## Exercise requirements
Spot each line in the records below where the word "Shortcut" occurs, then copy it.

***

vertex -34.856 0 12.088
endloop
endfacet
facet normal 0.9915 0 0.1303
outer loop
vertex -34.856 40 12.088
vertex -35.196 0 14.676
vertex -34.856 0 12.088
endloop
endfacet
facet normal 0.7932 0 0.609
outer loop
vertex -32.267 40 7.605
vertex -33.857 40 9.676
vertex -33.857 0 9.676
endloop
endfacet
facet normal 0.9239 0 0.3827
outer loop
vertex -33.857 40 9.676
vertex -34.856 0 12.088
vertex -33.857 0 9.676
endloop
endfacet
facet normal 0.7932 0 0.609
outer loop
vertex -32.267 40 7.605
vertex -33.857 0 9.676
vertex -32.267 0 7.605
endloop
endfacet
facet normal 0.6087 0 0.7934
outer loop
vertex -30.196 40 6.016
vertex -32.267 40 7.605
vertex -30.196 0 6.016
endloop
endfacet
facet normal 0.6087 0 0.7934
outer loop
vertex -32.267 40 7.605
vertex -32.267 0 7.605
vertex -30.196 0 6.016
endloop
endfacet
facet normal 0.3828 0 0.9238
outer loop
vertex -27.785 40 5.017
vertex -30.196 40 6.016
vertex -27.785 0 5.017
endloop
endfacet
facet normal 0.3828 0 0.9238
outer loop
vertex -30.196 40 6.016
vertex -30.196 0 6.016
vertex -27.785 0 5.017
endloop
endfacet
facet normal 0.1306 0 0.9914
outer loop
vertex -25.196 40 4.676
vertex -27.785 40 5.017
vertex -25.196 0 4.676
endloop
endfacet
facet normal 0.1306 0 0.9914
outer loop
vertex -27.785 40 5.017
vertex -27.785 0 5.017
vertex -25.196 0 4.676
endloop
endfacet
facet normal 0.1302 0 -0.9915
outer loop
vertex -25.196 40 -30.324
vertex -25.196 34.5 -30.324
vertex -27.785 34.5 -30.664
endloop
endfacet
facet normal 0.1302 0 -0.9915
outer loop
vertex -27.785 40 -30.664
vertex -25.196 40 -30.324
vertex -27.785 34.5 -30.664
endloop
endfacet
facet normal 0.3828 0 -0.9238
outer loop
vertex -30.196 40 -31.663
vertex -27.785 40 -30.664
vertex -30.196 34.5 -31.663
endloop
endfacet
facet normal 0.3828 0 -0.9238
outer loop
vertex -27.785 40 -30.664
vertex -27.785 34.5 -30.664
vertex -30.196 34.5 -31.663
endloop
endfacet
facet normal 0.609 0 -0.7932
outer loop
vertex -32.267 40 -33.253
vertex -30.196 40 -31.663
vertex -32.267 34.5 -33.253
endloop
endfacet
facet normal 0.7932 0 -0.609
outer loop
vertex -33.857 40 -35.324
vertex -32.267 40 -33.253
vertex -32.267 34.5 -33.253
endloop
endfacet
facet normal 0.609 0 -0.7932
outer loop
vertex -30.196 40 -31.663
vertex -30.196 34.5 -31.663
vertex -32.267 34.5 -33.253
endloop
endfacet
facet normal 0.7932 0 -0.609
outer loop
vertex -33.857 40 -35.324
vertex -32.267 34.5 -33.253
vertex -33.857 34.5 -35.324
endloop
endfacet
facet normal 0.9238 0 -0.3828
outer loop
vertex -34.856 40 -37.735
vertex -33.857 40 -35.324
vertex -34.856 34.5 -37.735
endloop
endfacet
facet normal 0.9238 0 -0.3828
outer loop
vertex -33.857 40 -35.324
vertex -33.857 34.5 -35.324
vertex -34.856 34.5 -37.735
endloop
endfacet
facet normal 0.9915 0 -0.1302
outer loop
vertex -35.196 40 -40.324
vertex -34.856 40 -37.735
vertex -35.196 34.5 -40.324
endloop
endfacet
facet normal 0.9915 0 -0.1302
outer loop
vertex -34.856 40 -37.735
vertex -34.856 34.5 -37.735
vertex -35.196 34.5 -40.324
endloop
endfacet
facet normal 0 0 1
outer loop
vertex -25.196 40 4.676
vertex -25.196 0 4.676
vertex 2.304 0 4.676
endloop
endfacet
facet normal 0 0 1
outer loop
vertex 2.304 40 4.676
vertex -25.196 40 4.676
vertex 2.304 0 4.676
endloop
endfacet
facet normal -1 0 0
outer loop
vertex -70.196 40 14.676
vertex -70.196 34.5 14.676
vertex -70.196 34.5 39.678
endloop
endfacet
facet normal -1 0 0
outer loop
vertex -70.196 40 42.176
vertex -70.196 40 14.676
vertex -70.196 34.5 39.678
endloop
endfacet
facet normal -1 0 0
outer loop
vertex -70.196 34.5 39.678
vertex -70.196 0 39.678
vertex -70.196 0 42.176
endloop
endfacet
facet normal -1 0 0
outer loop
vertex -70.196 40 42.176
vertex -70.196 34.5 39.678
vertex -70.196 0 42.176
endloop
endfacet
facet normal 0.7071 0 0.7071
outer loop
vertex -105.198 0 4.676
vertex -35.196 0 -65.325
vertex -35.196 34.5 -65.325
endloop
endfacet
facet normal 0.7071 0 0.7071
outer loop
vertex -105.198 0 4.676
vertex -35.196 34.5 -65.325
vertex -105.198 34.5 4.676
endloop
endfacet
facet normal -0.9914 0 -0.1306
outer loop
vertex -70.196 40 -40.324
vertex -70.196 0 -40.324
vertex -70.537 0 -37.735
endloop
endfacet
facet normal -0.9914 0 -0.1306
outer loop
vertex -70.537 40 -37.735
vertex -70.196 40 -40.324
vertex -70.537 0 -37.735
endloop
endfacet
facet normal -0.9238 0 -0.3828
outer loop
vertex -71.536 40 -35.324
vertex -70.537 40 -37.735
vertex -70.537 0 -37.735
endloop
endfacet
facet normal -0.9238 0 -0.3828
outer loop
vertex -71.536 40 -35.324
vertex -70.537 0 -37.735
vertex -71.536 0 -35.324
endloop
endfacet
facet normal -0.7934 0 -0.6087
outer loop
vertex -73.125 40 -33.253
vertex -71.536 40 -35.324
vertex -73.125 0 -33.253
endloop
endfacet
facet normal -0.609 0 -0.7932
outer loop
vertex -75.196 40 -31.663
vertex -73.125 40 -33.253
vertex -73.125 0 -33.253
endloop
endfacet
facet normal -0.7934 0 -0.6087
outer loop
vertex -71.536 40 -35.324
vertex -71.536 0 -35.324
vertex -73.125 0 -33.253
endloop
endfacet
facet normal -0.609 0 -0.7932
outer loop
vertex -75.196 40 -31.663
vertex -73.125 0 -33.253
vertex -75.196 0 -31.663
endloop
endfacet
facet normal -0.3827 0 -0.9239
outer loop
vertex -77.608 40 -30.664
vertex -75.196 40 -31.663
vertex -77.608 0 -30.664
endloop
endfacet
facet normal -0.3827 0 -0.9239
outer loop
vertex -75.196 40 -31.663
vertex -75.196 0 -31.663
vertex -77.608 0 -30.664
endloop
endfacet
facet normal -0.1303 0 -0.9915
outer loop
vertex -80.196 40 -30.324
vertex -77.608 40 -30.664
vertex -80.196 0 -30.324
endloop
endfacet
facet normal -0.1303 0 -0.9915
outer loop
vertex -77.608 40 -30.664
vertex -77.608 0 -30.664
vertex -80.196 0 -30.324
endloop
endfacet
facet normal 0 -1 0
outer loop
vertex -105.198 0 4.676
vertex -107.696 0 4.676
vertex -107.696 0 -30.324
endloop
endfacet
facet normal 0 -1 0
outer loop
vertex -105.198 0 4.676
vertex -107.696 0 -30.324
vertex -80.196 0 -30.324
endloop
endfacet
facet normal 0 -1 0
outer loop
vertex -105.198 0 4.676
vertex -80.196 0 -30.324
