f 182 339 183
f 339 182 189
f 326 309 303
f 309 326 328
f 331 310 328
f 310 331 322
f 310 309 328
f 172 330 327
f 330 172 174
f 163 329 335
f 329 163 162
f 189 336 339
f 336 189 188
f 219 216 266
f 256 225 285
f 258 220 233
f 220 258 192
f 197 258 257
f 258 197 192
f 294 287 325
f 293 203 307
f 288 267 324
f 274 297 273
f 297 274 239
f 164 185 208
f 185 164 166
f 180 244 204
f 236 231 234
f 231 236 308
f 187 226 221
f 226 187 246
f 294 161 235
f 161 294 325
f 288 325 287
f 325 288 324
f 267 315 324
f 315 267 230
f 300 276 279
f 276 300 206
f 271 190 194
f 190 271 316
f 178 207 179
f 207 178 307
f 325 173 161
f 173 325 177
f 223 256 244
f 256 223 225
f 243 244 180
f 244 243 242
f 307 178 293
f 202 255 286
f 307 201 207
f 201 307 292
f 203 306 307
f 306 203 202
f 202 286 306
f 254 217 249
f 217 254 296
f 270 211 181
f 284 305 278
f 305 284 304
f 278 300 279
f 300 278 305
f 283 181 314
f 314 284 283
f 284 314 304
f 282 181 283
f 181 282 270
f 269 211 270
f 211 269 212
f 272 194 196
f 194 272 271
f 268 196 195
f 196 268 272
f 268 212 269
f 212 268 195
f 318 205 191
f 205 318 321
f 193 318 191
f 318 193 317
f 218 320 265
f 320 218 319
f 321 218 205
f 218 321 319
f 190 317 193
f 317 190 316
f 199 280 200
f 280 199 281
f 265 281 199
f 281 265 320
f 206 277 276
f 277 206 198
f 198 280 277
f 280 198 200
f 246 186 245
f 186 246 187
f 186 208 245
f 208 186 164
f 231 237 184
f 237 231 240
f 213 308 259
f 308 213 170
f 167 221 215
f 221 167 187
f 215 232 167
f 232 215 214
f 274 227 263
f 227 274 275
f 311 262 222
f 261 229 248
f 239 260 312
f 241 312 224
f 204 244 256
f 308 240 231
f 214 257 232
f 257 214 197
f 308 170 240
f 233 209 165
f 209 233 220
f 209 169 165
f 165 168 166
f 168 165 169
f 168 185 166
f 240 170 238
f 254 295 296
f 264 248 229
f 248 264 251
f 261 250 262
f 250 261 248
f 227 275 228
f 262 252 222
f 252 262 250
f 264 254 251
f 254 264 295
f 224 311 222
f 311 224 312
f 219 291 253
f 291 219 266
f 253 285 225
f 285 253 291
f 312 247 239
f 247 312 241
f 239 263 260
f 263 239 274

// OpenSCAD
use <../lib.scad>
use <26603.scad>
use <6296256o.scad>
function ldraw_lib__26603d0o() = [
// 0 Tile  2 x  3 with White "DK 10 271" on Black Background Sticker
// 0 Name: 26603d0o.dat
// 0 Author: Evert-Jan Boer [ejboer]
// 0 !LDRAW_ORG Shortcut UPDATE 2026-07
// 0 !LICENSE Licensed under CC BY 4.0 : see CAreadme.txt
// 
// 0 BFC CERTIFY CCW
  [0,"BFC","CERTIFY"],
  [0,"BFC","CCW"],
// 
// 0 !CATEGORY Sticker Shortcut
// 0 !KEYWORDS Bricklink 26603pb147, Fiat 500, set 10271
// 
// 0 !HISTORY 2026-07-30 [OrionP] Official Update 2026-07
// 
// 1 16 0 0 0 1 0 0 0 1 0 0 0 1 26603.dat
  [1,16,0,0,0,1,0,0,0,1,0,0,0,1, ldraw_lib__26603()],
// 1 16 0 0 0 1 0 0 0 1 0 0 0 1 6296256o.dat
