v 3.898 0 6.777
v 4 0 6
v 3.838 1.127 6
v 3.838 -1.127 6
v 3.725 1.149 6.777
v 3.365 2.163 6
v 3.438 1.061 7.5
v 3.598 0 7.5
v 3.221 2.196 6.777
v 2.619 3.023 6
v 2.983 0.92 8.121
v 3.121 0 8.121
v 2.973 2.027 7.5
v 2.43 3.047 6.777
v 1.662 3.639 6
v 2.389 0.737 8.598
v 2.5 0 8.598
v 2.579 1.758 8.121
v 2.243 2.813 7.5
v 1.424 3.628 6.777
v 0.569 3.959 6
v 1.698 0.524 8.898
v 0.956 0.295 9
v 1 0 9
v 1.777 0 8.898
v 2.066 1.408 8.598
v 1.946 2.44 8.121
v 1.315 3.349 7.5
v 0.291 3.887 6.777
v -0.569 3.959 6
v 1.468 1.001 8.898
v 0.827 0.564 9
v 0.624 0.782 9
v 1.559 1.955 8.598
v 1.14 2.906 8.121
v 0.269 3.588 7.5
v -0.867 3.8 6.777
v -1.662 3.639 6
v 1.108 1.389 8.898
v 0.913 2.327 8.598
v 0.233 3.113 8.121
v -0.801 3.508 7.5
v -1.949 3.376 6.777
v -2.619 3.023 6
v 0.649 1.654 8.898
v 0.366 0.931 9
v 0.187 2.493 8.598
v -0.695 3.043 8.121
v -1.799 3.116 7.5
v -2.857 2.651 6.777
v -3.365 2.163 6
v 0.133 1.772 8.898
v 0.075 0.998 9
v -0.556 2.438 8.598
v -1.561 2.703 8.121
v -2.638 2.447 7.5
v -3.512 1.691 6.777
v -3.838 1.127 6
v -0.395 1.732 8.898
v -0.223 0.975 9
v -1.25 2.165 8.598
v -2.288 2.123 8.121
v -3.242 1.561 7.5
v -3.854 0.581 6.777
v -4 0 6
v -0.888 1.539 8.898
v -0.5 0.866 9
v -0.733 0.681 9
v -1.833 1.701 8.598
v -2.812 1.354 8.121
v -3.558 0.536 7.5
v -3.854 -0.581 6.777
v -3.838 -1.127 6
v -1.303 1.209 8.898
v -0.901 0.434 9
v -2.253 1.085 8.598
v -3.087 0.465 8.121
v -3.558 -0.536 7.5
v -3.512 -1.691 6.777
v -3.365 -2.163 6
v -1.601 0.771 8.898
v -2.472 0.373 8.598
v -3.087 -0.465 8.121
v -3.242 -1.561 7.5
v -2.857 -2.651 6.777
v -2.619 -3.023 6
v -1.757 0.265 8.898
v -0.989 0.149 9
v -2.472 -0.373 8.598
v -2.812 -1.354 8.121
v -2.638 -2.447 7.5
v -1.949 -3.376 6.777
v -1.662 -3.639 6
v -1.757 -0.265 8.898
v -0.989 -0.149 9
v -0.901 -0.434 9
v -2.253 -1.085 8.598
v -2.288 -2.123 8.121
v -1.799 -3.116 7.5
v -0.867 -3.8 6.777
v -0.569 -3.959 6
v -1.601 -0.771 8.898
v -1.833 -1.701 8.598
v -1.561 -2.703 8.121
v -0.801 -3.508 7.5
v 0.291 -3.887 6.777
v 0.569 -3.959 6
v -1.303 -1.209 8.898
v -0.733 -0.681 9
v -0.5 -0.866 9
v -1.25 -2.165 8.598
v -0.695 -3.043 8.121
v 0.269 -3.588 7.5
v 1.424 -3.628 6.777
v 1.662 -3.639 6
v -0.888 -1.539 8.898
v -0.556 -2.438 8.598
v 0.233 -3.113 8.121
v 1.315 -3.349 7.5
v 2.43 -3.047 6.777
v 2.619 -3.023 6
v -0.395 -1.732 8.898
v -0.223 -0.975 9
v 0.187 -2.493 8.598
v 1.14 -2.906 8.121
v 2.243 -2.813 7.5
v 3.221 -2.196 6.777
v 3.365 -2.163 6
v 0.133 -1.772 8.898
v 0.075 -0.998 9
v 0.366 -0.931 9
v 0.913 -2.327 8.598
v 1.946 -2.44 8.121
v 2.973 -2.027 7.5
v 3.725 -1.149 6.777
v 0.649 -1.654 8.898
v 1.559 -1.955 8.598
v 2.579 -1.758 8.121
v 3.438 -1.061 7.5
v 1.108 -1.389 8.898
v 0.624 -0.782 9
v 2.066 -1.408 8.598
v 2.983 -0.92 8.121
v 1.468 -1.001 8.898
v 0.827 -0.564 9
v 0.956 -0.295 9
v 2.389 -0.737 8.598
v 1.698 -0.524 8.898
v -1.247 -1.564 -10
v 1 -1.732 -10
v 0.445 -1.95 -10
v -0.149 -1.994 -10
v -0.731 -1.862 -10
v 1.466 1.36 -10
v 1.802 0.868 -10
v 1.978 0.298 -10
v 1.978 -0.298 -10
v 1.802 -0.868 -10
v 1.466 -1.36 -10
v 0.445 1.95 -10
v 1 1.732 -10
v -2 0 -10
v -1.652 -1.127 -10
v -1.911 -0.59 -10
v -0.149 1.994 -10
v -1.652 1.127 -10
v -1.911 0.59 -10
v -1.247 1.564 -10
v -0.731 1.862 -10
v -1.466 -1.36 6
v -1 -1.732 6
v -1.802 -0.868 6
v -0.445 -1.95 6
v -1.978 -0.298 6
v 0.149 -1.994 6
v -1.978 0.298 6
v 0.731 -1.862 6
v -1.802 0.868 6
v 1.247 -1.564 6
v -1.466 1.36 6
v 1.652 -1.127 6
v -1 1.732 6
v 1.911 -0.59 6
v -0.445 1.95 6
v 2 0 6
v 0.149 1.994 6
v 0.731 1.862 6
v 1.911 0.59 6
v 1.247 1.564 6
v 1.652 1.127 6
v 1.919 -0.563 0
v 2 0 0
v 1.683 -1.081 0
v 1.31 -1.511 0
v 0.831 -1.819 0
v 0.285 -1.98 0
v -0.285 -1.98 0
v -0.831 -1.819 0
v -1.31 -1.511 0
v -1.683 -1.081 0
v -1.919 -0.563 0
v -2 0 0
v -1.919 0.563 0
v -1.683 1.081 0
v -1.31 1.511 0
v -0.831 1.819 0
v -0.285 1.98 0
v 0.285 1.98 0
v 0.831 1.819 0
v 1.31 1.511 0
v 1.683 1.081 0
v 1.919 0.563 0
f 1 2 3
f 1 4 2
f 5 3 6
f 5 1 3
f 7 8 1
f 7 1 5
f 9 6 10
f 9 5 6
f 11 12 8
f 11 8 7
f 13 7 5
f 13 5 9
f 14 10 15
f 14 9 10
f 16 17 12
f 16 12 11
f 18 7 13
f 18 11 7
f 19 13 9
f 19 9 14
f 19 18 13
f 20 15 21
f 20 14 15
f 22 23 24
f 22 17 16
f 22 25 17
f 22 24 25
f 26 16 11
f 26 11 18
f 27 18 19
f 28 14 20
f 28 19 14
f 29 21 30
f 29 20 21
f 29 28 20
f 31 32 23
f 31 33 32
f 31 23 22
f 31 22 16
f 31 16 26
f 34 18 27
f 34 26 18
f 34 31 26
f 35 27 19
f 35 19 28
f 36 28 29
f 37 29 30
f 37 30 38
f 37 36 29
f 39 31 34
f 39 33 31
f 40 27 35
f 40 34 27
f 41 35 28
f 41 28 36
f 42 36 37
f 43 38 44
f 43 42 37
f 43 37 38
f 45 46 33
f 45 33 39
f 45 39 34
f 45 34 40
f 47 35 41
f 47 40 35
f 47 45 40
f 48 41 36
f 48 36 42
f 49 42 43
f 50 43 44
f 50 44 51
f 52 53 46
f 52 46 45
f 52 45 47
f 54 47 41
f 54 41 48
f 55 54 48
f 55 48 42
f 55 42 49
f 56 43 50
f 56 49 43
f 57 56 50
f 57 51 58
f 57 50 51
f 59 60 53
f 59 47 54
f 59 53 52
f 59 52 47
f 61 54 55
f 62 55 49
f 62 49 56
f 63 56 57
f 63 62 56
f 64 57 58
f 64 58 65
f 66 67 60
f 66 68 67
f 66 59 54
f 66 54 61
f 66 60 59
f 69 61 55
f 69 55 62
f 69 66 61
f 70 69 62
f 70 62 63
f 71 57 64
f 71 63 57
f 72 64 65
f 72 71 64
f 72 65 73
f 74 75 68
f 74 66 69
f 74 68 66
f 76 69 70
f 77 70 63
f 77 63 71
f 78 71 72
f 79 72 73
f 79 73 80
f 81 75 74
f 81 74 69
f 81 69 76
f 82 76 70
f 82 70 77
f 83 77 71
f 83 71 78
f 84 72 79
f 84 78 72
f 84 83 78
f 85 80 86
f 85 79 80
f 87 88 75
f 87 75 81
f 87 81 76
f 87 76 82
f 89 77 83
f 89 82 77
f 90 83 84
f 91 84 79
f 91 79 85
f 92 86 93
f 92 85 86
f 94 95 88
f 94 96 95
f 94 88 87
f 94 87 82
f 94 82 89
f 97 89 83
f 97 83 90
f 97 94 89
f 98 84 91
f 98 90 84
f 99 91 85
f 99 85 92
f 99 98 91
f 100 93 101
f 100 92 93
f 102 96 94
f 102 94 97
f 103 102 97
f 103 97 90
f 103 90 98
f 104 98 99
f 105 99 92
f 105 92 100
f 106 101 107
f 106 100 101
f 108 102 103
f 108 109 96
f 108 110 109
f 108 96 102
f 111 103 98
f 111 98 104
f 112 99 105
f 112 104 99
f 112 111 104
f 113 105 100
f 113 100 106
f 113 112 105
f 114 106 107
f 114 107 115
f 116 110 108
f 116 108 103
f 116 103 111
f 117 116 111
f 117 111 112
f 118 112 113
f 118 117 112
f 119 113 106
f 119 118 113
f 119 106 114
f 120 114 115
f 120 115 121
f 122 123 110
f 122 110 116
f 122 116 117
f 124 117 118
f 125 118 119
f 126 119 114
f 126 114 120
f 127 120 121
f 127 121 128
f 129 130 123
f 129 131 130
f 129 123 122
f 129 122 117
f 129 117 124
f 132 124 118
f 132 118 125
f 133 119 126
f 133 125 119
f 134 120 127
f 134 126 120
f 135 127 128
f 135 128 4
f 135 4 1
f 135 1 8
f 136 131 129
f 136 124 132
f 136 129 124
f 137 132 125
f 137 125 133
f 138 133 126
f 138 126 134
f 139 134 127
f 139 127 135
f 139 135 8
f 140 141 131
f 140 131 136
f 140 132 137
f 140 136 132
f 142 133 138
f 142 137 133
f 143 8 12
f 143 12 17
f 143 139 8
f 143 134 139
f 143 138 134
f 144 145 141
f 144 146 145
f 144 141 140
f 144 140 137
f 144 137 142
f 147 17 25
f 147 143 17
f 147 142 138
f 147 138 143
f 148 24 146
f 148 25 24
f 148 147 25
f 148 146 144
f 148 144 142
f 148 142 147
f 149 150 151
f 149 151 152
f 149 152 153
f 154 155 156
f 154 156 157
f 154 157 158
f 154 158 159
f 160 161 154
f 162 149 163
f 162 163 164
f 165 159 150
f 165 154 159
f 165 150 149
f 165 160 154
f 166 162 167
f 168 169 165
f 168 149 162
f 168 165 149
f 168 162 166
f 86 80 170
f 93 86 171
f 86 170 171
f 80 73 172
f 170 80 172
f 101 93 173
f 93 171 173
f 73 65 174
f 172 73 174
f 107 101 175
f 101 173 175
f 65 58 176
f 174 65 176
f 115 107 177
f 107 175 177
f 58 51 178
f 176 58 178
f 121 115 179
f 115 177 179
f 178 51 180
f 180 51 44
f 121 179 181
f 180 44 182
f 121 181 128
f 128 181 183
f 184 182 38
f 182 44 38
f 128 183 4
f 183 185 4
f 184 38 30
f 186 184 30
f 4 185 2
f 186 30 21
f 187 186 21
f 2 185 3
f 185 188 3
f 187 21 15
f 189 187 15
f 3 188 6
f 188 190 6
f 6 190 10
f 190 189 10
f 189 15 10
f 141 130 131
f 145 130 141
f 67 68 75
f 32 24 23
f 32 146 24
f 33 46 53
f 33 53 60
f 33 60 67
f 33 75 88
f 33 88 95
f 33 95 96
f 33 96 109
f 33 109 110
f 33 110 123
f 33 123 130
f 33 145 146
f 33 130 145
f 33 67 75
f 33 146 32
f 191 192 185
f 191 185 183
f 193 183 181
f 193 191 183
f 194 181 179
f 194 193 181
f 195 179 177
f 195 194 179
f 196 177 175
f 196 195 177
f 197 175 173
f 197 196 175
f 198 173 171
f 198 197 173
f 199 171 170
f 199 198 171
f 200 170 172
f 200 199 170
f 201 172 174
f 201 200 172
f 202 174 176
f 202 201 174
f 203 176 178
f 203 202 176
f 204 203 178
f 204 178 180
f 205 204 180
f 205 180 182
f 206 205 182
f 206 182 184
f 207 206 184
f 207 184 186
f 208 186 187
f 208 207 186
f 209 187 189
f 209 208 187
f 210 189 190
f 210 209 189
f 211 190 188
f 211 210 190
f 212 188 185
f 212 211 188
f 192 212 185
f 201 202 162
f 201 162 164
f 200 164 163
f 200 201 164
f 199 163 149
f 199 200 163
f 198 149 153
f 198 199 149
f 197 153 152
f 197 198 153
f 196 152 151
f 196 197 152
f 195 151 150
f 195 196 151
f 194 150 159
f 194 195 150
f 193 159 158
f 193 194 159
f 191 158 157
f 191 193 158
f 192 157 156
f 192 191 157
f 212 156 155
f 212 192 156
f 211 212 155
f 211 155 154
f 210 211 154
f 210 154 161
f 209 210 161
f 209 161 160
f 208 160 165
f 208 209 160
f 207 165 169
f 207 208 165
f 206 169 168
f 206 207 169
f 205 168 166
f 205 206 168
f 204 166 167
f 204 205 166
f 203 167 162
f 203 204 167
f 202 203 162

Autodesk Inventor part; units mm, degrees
ref_plane "YZ Plane" through (0, 0, 0) normal (1, 0, 0) x (0, 1, 0)
ref_plane "XZ Plane" through (0, 0, 0) normal (0, 1, 0) x (-1, 0, 0)
ref_plane "XY Plane" through (0, 0, 0) normal (0, 0, 1) x (1, 0, 0)
sketch "スケッチ1" plane through (0, 0, 0) normal (0, 0, 1) x (1, 0, 0)
  circle A0 centre (0, 0) radius 2
  dimension "d0" = 4
extrude "押し出し1" add sketch "スケッチ1" along normal blind 6
sketch "スケッチ2" plane through (0, 0, 6) normal (0, 0, 1) x (1, 0, 0)
  circle A0 centre (0, 0) radius 2 projected
  circle A1 centre (0, 0) radius 4
  dimension "d3" = 8
extrude "押し出し2" add sketch "スケッチ2" along normal blind 3 contours A0 | A1
fillet "フィレット1" radius 3 1 edges at (-4, 0, 9)
thread "ねじ1" size "M4x0.7" class "6g" standard "ANSI Metric M Profile" full length
sketch "スケッチ3" plane through (0, 0, 0) normal (0, 0, -1) x (-1, 0, 0)
  circle A0 centre (0, 0) radius 2
extrude "押し出し3" add sketch "スケッチ3" along normal blind 10
properties part number "SB　M4 16mm なべネジ" material "Stainless Steel, 440C"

***

## Task solution
// 0 !LDRAW_ORG Shortcut UPDATE 2026-07
// 0 !CATEGORY Sticker Shortcut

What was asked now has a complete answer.